> [Problem details]:
In the listing that follows, the range to quote begins at the line that has "f 264 589 604" and ends after the line that has "f 518 661 662"; quote it verbatim and add nothing.

> [Data for review]:

*** Begin section ***

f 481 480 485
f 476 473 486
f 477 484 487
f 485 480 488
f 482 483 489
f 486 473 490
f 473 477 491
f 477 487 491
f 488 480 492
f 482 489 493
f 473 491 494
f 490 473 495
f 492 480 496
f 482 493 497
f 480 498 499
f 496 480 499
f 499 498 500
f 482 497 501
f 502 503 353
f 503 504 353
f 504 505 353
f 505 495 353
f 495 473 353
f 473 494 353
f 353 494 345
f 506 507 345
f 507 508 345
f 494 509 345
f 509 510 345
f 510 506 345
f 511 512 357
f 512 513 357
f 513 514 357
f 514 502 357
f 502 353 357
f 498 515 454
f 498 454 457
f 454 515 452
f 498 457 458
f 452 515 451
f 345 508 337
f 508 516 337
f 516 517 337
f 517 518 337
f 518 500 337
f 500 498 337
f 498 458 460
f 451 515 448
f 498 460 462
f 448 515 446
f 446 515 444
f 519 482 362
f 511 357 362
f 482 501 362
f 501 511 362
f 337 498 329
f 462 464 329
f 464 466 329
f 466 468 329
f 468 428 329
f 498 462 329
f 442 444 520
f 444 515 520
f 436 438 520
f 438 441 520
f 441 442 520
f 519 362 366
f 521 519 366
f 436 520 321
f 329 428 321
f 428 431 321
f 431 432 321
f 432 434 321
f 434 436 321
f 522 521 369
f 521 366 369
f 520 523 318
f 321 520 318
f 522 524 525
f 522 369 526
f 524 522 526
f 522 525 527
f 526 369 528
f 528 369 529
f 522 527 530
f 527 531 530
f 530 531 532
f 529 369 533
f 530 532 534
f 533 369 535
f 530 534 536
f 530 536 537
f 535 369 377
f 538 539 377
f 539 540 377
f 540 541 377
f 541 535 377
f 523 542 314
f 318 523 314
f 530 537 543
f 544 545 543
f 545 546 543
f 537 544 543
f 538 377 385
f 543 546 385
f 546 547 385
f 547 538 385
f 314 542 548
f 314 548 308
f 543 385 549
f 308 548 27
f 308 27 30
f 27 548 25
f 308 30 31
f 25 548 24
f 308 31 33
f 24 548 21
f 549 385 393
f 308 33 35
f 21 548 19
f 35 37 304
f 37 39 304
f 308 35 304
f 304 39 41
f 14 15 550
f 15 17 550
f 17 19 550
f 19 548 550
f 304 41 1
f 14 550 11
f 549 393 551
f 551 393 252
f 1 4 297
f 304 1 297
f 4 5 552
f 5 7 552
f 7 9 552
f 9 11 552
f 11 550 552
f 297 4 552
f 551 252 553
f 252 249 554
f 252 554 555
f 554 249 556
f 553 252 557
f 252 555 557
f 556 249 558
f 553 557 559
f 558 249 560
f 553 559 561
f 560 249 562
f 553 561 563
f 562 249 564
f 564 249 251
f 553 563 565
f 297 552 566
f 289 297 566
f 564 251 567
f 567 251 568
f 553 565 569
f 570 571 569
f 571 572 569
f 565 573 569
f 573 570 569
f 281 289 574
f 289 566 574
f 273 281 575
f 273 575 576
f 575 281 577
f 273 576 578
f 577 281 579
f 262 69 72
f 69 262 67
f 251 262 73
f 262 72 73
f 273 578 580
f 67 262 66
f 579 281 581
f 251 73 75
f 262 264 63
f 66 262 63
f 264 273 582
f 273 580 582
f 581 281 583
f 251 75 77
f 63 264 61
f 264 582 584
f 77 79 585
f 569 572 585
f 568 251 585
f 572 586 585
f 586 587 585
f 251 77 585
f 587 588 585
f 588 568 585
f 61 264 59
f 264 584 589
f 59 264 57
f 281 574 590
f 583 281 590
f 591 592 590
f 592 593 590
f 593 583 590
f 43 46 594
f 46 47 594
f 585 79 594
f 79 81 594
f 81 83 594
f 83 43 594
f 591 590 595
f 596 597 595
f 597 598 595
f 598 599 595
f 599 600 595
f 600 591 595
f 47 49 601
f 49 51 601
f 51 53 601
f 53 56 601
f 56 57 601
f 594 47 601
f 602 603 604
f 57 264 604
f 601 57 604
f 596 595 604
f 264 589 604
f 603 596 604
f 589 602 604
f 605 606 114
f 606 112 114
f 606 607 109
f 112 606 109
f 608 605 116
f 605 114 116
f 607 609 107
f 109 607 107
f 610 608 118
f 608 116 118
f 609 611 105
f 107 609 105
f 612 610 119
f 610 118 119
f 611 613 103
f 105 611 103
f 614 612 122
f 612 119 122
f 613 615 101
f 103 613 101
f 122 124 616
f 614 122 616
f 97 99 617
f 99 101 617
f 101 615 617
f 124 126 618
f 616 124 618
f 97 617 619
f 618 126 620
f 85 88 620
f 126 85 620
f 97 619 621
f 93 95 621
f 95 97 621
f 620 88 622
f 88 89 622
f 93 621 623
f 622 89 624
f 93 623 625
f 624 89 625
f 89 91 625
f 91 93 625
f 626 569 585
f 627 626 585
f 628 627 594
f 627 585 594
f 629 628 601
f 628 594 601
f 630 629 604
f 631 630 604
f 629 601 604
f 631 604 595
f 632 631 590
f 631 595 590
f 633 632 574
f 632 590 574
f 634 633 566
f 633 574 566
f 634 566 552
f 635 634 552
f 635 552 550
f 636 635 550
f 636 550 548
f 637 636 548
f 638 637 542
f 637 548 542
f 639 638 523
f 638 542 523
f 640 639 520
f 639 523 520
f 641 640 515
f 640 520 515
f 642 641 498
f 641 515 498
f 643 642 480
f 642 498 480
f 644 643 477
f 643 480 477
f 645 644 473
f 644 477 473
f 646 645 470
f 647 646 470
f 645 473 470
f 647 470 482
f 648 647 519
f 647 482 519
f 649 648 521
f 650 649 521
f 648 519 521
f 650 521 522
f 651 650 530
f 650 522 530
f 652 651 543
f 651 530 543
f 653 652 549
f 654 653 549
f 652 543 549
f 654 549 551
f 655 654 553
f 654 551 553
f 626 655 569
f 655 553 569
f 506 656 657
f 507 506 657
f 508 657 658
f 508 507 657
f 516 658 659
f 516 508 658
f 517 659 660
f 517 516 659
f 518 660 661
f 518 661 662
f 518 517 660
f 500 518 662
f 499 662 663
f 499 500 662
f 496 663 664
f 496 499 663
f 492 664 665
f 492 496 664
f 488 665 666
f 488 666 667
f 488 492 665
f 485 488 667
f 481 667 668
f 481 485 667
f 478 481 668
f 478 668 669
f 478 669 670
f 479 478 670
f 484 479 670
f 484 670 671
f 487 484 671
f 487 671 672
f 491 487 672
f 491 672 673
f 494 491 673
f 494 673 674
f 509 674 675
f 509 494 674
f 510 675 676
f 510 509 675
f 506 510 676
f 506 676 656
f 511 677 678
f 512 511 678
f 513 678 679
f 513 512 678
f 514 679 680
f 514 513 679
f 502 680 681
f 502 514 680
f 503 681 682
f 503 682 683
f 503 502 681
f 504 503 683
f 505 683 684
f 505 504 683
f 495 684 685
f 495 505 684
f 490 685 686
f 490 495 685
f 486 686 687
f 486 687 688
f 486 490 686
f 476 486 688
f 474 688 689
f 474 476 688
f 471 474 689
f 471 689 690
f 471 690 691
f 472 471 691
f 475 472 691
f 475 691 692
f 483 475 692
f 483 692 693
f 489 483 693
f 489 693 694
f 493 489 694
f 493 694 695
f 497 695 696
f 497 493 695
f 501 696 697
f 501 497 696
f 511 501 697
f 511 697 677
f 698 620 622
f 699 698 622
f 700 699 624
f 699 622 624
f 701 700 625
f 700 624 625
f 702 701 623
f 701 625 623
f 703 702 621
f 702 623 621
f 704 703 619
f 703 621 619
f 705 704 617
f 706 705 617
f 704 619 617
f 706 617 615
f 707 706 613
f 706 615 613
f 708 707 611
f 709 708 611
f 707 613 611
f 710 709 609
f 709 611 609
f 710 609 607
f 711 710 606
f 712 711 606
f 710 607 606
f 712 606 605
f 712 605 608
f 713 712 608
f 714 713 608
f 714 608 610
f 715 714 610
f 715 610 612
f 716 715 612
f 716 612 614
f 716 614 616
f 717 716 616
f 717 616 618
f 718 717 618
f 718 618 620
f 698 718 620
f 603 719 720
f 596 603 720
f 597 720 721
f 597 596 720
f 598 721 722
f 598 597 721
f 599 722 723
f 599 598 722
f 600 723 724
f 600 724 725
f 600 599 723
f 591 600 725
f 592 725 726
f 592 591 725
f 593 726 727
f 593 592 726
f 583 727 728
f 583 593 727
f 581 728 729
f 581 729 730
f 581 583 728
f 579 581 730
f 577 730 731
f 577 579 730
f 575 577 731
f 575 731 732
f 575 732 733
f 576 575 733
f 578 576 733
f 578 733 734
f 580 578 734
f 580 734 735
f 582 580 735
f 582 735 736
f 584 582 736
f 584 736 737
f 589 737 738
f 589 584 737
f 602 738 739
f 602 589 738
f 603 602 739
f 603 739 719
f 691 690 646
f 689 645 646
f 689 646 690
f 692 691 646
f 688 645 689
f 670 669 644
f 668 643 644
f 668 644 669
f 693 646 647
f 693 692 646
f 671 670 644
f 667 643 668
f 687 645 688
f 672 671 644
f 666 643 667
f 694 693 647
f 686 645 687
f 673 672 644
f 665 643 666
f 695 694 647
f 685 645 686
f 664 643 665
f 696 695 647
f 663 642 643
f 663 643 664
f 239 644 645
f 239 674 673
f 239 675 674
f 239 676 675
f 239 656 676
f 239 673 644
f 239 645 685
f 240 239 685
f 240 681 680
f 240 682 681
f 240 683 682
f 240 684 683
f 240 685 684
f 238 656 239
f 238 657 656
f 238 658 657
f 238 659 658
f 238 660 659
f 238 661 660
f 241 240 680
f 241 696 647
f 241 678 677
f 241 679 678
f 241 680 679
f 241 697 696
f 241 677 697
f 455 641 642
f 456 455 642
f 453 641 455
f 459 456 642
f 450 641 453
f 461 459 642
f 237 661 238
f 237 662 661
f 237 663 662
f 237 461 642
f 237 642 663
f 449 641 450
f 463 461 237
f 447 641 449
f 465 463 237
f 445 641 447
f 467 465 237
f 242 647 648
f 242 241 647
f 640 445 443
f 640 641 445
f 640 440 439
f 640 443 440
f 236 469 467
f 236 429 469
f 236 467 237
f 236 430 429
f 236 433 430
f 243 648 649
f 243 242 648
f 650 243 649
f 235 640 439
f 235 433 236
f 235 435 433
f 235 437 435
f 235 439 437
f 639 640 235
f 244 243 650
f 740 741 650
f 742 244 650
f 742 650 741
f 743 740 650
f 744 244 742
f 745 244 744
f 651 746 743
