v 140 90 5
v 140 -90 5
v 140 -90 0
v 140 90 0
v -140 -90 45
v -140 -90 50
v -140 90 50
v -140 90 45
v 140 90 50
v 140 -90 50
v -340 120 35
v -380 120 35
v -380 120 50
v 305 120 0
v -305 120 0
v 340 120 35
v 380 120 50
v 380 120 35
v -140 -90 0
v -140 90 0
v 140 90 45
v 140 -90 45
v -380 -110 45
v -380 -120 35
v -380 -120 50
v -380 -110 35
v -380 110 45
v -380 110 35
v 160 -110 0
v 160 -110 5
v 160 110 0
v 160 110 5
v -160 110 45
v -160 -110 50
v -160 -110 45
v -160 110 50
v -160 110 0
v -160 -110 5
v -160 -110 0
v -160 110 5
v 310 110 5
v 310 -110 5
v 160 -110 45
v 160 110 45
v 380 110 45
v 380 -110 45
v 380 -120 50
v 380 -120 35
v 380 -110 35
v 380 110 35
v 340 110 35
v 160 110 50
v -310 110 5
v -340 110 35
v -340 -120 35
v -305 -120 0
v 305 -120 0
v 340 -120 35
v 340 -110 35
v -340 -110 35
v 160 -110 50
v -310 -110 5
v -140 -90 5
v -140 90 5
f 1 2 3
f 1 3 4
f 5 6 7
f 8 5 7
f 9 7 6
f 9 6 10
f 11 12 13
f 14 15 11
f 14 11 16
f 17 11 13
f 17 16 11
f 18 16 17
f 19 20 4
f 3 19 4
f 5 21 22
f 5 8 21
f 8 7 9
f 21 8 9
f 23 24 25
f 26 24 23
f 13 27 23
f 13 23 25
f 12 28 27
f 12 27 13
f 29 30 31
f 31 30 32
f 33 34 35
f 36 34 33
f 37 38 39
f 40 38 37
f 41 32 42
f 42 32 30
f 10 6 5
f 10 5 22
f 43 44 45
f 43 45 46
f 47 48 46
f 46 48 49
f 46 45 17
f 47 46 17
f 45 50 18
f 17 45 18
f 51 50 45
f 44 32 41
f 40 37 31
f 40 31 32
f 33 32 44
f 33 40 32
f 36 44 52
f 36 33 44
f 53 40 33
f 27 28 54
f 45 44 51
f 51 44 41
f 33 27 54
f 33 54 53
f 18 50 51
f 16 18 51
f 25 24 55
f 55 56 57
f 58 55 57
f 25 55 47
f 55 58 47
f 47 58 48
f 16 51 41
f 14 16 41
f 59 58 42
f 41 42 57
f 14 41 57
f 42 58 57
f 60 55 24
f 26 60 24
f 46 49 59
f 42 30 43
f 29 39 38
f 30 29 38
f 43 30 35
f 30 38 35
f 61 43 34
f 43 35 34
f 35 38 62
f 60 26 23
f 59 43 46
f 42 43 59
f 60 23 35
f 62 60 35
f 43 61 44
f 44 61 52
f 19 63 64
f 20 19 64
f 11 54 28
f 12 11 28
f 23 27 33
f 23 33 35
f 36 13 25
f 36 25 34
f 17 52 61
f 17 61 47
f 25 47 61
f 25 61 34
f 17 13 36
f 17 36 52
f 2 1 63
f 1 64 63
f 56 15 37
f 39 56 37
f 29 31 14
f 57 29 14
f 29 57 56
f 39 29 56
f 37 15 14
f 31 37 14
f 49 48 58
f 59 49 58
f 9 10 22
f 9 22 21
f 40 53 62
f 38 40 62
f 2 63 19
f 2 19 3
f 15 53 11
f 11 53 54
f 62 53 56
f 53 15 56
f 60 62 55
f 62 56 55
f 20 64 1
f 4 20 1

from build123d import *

# Parameters (mm, degrees)
F0_W     = 760
F0_H     = 240
F1_DEPTH = 50
F3_W     = 220
F3_H     = 40
F4_DEPTH = 760
F5_DEPTH = 240
F6_W     = 319.999992
F6_H     = 220
F6_W_2   = 280
F6_H_2   = 180
F7_DEPTH = 50


with BuildPart() as f1:
    # F0 (on Top) → F1 (new body)
    with BuildSketch(Plane.XY):
        Rectangle(F0_W, F0_H)
    extrude(amount=F1_DEPTH)

    # F3 (on face) → F4 (cut)
    with BuildSketch(Plane(origin=(-380, 0, 0), x_dir=(0, -1, 0), z_dir=(-1, 0, 0))):
        with Locations((0, 25)):
            Rectangle(F3_W, F3_H)
    extrude(amount=-F4_DEPTH, mode=Mode.SUBTRACT)

    # F2 (on face) → F5 (cut)
    with BuildSketch(Plane.XZ.offset(120)):
        Polygon((340, 35), (305, 0), (380, 0), (380, 35), align=None)
        Polygon((-340, 35), (-380, 35), (-380, 0), (-305, 0), align=None)
    extrude(amount=-F5_DEPTH, mode=Mode.SUBTRACT)

    # F6 (on face) → F7 (cut)
    with BuildSketch(Plane.XY.offset(50)):
        Rectangle(F6_W, F6_H)
        Rectangle(F6_W_2, F6_H_2, mode=Mode.SUBTRACT)
    extrude(amount=-F7_DEPTH, mode=Mode.SUBTRACT)


solid = f1.part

*** End section ***

> [Written answer]:
f 264 589 604
f 603 596 604
f 589 602 604
f 605 606 114
f 606 112 114
f 606 607 109
f 112 606 109
f 608 605 116
f 605 114 116
f 607 609 107
f 109 607 107
f 610 608 118
f 608 116 118
f 609 611 105
f 107 609 105
f 612 610 119
f 610 118 119
f 611 613 103
f 105 611 103
f 614 612 122
f 612 119 122
f 613 615 101
f 103 613 101
f 122 124 616
f 614 122 616
f 97 99 617
f 99 101 617
f 101 615 617
f 124 126 618
f 616 124 618
f 97 617 619
f 618 126 620
f 85 88 620
f 126 85 620
f 97 619 621
f 93 95 621
f 95 97 621
f 620 88 622
f 88 89 622
f 93 621 623
f 622 89 624
f 93 623 625
f 624 89 625
f 89 91 625
f 91 93 625
f 626 569 585
f 627 626 585
f 628 627 594
f 627 585 594
f 629 628 601
f 628 594 601
f 630 629 604
f 631 630 604
f 629 601 604
f 631 604 595
f 632 631 590
f 631 595 590
f 633 632 574
f 632 590 574
f 634 633 566
f 633 574 566
f 634 566 552
f 635 634 552
f 635 552 550
f 636 635 550
f 636 550 548
f 637 636 548
f 638 637 542
f 637 548 542
f 639 638 523
f 638 542 523
f 640 639 520
f 639 523 520
f 641 640 515
f 640 520 515
f 642 641 498
f 641 515 498
f 643 642 480
f 642 498 480
f 644 643 477
f 643 480 477
f 645 644 473
f 644 477 473
f 646 645 470
f 647 646 470
f 645 473 470
f 647 470 482
f 648 647 519
f 647 482 519
f 649 648 521
f 650 649 521
f 648 519 521
f 650 521 522
f 651 650 530
f 650 522 530
f 652 651 543
f 651 530 543
f 653 652 549
f 654 653 549
f 652 543 549
f 654 549 551
f 655 654 553
f 654 551 553
f 626 655 569
f 655 553 569
f 506 656 657
f 507 506 657
f 508 657 658
f 508 507 657
f 516 658 659
f 516 508 658
f 517 659 660
f 517 516 659
f 518 660 661
f 518 661 662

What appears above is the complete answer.